Entonces yo te absuelvo, dijo Pessoa, te absuelvo, creía que en tu vida sólo habías amado la teoría.
No, dijo Campos acercándose a la cama, también he amado la vida, y si en mis odas futuristas y furibundas nada me he tomado en serio, si en mis poesías nihilistas todo lo he destruido, hasta a mí mismo, has de saber que en mi vida yo también he amado, con consciente dolor.
Pessoa levantó una mano e hizo una señal esotérica.
Dijo: Te absuelvo, Álvaro, ve con los dioses sempiternos, si has tenido amores, si has tenido un solo amor, estás absuelto, porque eres un ser humano, es tu humanidad la que te absuelve.
¿Puedo fumar?, preguntó Campos.
Pessoa hizo un gesto afirmativo con la cabeza. Campos sacó del bolsillo una pitillera de plata y cogió un cigarrillo, lo colocó en una larga boquilla de marfil y lo encendió. Sabes, Fernando, dijo, siento nostalgia de cuando era un poeta decadente, de la época en que hice aquel viaje en transatlántico por los mares de Oriente, ah, entonces habría sido capaz de escribir versos a la luna, y, te lo aseguro, por la noche, en la cubierta, cuando había bailes a bordo, la luna era tan plenamente escenográfica, tan plenamente mía. Pero en aquel tiempo yo era un estúpido, ironizaba sobre la vida, no sabía gozar de la vida que me había sido concedida, y así perdí la oportunidad, y mi vida se ha disipado.
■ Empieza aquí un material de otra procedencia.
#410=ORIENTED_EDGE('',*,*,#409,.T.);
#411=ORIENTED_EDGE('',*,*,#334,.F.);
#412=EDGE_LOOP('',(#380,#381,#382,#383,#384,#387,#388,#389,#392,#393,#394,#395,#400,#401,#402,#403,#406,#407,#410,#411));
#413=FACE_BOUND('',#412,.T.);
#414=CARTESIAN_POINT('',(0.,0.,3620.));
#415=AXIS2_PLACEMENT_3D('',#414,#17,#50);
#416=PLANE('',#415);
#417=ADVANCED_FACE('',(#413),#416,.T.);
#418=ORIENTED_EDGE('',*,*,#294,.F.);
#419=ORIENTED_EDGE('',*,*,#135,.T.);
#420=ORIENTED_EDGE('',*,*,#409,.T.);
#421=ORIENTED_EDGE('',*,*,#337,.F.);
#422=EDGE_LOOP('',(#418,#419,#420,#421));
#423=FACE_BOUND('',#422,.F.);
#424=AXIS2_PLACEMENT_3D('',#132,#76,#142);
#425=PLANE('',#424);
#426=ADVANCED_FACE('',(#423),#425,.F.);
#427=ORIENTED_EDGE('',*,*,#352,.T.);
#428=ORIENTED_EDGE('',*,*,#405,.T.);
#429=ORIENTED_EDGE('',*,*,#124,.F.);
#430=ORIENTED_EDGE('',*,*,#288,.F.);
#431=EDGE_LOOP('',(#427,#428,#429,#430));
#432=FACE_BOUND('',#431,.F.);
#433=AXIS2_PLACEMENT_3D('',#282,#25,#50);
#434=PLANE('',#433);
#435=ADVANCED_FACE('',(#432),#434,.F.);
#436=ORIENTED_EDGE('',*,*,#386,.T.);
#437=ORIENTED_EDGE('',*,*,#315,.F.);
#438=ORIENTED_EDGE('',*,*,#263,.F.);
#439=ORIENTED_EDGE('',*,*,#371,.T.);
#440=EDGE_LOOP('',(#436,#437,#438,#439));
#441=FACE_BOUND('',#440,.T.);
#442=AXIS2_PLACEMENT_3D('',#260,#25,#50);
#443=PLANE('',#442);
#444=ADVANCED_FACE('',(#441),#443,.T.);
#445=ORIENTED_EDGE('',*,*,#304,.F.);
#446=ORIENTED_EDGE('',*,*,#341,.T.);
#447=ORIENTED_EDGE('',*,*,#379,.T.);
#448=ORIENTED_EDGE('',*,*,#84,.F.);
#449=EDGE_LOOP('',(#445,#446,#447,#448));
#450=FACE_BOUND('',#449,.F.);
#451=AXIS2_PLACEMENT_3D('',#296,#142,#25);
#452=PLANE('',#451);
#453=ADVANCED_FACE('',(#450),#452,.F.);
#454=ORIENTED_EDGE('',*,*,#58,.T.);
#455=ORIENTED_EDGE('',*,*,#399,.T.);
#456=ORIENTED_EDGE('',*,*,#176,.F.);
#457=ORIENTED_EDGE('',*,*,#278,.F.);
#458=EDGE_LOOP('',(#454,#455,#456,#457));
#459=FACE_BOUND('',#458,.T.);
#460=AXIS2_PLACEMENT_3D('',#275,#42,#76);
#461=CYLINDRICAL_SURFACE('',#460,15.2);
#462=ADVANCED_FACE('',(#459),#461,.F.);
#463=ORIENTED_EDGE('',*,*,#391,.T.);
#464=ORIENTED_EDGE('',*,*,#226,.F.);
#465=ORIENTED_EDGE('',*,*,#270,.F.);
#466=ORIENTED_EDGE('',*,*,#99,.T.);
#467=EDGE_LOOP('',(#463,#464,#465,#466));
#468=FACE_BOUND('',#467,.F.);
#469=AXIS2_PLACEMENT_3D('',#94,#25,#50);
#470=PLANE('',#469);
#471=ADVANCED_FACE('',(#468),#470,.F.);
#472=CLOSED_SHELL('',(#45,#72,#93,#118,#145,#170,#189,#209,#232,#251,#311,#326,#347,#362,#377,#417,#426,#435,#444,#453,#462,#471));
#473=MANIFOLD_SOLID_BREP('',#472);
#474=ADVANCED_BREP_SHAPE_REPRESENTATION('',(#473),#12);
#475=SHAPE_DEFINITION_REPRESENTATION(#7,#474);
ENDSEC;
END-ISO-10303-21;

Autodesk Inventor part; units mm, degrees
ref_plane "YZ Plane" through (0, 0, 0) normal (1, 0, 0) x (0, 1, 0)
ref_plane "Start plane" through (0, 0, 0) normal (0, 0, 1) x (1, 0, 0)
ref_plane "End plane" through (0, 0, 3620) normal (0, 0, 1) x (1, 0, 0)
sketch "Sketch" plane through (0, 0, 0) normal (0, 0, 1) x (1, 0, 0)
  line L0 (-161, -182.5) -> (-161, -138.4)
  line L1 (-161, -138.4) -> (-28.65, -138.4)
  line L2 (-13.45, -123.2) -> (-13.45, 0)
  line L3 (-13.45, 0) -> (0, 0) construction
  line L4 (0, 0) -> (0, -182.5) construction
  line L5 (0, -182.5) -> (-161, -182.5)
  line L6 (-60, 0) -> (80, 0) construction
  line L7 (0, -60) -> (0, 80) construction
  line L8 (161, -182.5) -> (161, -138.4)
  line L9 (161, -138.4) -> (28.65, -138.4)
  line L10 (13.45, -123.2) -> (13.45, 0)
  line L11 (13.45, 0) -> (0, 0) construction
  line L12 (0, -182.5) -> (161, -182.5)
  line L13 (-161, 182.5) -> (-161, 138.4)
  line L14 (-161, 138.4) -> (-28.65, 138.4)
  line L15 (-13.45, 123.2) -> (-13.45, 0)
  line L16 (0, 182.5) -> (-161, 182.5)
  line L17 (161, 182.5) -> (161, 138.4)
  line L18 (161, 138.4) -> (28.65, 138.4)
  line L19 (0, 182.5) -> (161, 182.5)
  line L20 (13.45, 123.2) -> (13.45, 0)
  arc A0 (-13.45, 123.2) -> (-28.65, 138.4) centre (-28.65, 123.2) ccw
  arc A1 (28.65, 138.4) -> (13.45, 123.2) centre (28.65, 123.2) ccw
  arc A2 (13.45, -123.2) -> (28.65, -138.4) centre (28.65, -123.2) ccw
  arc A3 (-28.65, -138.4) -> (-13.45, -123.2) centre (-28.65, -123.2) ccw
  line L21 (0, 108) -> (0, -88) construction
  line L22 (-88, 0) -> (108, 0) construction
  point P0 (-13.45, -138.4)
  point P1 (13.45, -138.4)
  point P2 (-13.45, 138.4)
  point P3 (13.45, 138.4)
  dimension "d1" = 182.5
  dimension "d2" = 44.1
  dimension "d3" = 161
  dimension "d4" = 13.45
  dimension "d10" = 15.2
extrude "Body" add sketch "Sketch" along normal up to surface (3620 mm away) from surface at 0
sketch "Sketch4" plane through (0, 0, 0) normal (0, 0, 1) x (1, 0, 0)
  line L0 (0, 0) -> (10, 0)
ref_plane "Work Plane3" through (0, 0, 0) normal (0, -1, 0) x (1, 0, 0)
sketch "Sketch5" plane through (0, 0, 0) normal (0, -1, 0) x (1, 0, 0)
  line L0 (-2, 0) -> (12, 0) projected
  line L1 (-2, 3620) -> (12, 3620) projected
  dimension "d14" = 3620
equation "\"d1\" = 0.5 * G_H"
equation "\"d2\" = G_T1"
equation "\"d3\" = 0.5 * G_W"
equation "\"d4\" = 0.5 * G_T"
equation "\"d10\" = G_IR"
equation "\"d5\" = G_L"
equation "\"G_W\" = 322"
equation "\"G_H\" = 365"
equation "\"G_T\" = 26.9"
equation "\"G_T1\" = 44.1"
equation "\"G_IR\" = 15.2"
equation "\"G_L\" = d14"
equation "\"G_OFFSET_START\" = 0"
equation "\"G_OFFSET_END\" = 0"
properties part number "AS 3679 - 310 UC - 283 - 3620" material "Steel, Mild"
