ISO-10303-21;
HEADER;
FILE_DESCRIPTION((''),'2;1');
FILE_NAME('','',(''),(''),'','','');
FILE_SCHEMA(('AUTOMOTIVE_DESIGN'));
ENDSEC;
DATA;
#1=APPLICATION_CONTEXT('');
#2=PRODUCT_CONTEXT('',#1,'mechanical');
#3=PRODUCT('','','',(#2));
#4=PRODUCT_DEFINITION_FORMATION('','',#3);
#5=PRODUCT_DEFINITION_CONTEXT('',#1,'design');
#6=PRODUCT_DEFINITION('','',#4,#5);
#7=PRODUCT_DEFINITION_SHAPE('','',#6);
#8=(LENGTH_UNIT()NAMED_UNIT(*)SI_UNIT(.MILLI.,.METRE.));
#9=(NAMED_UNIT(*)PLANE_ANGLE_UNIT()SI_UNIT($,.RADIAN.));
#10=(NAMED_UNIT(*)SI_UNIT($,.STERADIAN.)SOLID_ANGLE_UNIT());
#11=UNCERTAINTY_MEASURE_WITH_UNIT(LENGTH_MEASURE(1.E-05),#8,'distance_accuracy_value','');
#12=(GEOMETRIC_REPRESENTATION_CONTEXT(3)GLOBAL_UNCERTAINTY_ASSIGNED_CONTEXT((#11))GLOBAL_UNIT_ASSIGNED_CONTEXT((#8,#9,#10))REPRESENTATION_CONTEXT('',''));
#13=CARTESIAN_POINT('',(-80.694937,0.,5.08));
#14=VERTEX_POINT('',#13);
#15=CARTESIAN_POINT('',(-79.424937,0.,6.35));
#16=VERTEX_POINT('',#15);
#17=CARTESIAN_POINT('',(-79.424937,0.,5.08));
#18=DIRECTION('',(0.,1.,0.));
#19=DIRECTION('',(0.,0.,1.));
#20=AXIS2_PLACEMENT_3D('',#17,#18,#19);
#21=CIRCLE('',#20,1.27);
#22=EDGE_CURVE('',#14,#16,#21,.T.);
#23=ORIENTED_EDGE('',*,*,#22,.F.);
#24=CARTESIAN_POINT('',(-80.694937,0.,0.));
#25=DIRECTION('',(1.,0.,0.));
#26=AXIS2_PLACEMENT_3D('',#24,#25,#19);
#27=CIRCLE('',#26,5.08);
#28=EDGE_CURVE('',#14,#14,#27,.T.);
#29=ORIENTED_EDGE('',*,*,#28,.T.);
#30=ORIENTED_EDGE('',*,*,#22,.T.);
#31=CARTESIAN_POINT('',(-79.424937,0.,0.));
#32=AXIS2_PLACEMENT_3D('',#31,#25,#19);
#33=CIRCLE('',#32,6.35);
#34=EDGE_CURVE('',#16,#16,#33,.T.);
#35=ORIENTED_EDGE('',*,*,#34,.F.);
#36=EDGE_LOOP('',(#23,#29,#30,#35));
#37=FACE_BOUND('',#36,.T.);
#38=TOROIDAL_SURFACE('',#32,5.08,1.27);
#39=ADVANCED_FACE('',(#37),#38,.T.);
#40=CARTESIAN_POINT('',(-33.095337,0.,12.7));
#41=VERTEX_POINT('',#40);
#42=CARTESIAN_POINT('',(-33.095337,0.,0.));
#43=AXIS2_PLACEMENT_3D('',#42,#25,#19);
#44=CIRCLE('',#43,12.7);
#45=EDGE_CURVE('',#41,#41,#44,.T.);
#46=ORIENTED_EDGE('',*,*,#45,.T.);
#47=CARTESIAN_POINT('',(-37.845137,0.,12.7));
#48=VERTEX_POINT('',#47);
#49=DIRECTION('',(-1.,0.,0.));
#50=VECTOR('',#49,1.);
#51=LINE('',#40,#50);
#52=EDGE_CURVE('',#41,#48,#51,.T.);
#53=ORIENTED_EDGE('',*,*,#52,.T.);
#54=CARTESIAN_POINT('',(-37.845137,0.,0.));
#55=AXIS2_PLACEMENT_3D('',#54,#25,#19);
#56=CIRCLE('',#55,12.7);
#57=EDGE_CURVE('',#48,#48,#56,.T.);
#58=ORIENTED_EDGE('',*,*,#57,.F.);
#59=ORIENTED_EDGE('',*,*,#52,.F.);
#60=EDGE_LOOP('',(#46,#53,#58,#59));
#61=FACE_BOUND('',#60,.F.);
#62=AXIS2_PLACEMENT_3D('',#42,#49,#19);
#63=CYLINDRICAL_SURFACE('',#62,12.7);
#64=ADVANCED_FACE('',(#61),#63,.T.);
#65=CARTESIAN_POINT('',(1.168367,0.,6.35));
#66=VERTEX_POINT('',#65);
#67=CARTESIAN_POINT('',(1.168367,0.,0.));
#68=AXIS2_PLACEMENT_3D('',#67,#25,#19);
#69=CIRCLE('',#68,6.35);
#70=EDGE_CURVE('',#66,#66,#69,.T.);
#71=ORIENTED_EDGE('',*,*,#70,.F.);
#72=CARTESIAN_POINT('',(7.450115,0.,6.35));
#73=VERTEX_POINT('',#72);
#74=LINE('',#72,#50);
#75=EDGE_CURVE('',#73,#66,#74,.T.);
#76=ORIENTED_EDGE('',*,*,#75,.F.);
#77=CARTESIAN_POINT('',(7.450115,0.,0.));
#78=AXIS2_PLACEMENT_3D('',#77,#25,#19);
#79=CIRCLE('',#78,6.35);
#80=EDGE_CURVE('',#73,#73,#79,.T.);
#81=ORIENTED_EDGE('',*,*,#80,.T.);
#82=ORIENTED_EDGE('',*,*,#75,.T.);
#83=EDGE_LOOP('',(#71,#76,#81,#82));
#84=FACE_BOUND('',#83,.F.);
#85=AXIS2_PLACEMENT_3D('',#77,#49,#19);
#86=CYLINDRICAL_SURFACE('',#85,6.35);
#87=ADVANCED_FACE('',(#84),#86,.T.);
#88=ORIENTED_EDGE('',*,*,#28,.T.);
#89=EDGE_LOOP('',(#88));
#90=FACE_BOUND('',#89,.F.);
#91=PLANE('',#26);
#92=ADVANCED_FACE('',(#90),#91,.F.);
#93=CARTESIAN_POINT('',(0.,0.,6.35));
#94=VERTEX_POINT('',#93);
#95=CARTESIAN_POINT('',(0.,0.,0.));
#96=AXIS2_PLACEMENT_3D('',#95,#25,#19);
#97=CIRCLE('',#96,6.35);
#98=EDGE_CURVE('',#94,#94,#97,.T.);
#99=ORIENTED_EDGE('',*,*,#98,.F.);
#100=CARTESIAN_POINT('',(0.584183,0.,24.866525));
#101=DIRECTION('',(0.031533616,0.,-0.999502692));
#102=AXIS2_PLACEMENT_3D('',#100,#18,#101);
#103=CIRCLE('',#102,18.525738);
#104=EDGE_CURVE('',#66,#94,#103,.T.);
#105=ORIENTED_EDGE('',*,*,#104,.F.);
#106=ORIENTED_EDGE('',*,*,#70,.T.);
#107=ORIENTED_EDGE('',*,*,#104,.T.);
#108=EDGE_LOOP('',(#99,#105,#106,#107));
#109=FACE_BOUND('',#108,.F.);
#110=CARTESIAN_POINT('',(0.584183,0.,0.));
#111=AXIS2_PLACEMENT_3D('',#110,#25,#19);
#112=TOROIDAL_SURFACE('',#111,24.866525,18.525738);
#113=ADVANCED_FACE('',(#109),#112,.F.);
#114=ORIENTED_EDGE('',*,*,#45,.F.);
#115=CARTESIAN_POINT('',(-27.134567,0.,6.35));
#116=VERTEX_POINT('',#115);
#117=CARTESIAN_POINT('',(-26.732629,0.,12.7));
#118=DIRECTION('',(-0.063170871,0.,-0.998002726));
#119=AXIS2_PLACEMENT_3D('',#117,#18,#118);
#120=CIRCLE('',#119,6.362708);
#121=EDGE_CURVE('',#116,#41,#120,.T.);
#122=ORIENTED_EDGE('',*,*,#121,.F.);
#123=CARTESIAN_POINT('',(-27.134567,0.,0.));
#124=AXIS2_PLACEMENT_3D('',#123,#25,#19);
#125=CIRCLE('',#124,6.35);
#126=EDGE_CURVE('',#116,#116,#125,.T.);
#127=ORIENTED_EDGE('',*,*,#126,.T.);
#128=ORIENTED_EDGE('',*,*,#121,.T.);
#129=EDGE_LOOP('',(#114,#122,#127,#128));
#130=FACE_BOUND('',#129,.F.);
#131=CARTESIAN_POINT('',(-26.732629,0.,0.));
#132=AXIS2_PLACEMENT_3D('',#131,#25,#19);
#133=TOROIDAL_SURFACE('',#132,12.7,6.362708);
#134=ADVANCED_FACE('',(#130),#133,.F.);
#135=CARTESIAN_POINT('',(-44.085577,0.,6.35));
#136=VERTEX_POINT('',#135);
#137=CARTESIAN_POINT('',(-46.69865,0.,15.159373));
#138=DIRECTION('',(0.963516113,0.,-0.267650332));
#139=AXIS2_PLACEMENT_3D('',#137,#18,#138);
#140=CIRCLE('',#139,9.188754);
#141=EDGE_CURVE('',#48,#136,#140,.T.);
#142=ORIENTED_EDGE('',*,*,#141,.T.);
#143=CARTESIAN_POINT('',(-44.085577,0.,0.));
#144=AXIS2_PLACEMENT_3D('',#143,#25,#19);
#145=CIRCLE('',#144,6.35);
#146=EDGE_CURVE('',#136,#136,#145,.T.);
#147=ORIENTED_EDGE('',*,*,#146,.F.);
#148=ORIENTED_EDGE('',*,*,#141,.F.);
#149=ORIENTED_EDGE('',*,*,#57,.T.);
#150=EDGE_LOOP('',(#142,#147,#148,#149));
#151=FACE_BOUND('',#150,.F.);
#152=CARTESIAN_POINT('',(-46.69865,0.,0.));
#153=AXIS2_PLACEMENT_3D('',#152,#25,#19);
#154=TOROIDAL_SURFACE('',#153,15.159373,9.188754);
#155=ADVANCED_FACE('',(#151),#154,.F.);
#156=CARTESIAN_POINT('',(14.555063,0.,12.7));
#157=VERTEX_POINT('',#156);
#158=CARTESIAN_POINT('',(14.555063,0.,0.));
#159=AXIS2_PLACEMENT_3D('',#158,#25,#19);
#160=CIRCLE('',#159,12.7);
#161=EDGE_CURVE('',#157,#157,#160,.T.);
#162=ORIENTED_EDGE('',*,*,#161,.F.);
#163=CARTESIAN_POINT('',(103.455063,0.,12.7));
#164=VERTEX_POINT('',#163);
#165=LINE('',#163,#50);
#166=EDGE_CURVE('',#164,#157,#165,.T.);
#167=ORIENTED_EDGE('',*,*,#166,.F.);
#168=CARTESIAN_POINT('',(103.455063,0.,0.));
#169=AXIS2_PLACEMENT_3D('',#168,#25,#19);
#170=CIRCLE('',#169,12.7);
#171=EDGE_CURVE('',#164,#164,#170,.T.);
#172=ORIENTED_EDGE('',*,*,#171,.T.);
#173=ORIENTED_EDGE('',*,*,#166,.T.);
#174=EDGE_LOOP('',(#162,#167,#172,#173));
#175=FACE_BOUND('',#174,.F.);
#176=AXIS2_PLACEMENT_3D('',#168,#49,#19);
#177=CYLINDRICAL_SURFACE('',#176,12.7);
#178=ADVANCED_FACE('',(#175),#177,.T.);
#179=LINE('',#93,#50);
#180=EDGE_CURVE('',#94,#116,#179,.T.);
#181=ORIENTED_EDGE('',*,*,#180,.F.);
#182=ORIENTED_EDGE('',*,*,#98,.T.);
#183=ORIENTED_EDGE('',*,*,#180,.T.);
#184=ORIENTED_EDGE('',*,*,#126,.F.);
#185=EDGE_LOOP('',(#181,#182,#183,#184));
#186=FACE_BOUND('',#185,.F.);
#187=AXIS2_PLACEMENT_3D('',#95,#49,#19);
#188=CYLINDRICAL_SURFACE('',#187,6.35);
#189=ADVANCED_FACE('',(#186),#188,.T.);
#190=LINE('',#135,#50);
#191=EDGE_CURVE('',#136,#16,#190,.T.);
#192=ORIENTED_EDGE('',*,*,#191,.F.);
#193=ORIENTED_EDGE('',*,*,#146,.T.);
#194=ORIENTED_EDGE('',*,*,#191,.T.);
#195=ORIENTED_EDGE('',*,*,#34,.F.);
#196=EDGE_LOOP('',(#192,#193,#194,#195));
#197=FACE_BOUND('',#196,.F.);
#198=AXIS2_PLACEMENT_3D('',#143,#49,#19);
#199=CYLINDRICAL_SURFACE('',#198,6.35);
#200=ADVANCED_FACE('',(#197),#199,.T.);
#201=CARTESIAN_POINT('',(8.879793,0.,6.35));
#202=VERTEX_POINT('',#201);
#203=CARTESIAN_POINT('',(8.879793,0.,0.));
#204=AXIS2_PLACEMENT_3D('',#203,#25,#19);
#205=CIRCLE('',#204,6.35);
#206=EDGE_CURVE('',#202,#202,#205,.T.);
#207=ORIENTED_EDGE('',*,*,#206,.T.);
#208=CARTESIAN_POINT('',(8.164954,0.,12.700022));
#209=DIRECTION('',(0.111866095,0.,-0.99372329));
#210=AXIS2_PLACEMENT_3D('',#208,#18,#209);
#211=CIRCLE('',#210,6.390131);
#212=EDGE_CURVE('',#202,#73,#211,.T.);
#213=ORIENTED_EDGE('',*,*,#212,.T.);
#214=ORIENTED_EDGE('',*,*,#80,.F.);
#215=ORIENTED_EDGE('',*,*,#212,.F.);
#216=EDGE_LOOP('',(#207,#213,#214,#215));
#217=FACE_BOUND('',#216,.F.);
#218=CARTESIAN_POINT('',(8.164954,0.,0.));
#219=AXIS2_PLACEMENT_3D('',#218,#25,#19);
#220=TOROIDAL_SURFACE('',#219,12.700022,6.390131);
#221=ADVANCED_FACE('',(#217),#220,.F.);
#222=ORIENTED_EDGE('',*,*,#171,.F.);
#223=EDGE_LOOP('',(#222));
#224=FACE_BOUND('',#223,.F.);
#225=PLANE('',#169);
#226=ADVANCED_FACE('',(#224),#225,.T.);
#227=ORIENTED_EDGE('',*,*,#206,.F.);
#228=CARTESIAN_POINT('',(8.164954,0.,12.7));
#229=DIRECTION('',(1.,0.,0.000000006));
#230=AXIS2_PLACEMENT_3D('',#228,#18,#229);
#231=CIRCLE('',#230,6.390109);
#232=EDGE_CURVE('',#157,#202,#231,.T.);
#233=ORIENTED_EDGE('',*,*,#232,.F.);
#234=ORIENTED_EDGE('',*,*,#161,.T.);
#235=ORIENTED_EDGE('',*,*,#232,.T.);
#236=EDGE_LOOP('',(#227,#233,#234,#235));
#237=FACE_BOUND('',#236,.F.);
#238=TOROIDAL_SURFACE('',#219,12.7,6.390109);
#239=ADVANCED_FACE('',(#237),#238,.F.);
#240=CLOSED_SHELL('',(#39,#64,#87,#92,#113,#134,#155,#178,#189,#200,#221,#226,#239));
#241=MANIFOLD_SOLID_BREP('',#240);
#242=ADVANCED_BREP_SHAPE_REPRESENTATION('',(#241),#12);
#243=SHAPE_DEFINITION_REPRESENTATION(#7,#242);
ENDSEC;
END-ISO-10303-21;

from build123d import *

# Parameters (mm, degrees)
F2_R = 1.27


with BuildPart() as f1:
    # F0 (on Front) → F1 (revolve)
    with BuildSketch(Plane.XZ):
        with BuildLine():
            Line((-80.694937, 6.35), (-80.694937, 0))
            Line((-80.694937, 0), (103.455063, 0))
            Line((103.455063, 0), (103.455063, 12.7))
            Line((103.455063, 12.7), (20.905063, 12.7))
            Line((20.905063, 12.7), (14.555063, 12.7))
            ThreePointArc((14.555063, 12.7), (12.929479, 8.441738), (8.879793, 6.35))
            ThreePointArc((8.879793, 6.35), (8.164954, 6.309891), (7.450115, 6.35))
            Line((7.450115, 6.35), (1.168367, 6.35))
            ThreePointArc((1.168367, 6.35), (0.584183, 6.340787), (0, 6.35))
            Line((0, 6.35), (-27.134567, 6.35))
            ThreePointArc((-27.134567, 6.35), (-31.371674, 8.345311), (-33.095337, 12.7))
            Line((-33.095337, 12.7), (-37.845137, 12.7))
            ThreePointArc((-37.845137, 12.7), (-40.144928, 8.718726), (-44.085577, 6.35))
            Line((-44.085577, 6.35), (-80.694937, 6.35))
        make_face()
    revolve(axis=Axis((11.380063, 0, 0), (1, 0, 0)))

    # F2
    f2_edges = [f1.edges().sort_by_distance(p)[0] for p in [
        (-80.694937, 0, -6.35),
    ]]
    fillet(f2_edges, radius=F2_R)


solid = f1.part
¿Y después?, preguntó Pessoa.
Después empecé a querer descifrar la realidad, como si la realidad fuera descifrable, y llegó la desazón. Y con la desazón, el nihilismo, después ya no he creído en nada, ni siquiera en mí mismo. Y hoy estoy aquí, en cabecera de tu cama, como un trapo inútil, he hecho las maletas para ir a ninguna parte, y mi corazón es un recipiente vacío. Campos fue hacia la mesa y aplastó la colilla en un platito de porcelana. Bien, querido Fernando, dijo, necesitaba decirte estas cosas ahora que quizás estemos a punto de separarnos, tengo que irme, vendrán también los otros a verte, lo sé, y a ti ya no te queda demasiado tiempo, adiós.
Campos se puso la capa sobre los hombros, se ajustó el monóculo en el ojo derecho, hizo un rápido gesto de despedida con la mano, abrió la puerta, se paró un instante y repitió: Adiós, Fernando. Y después susurró: Tal vez no todas las cartas de amor sean ridículas. Y cerró la puerta.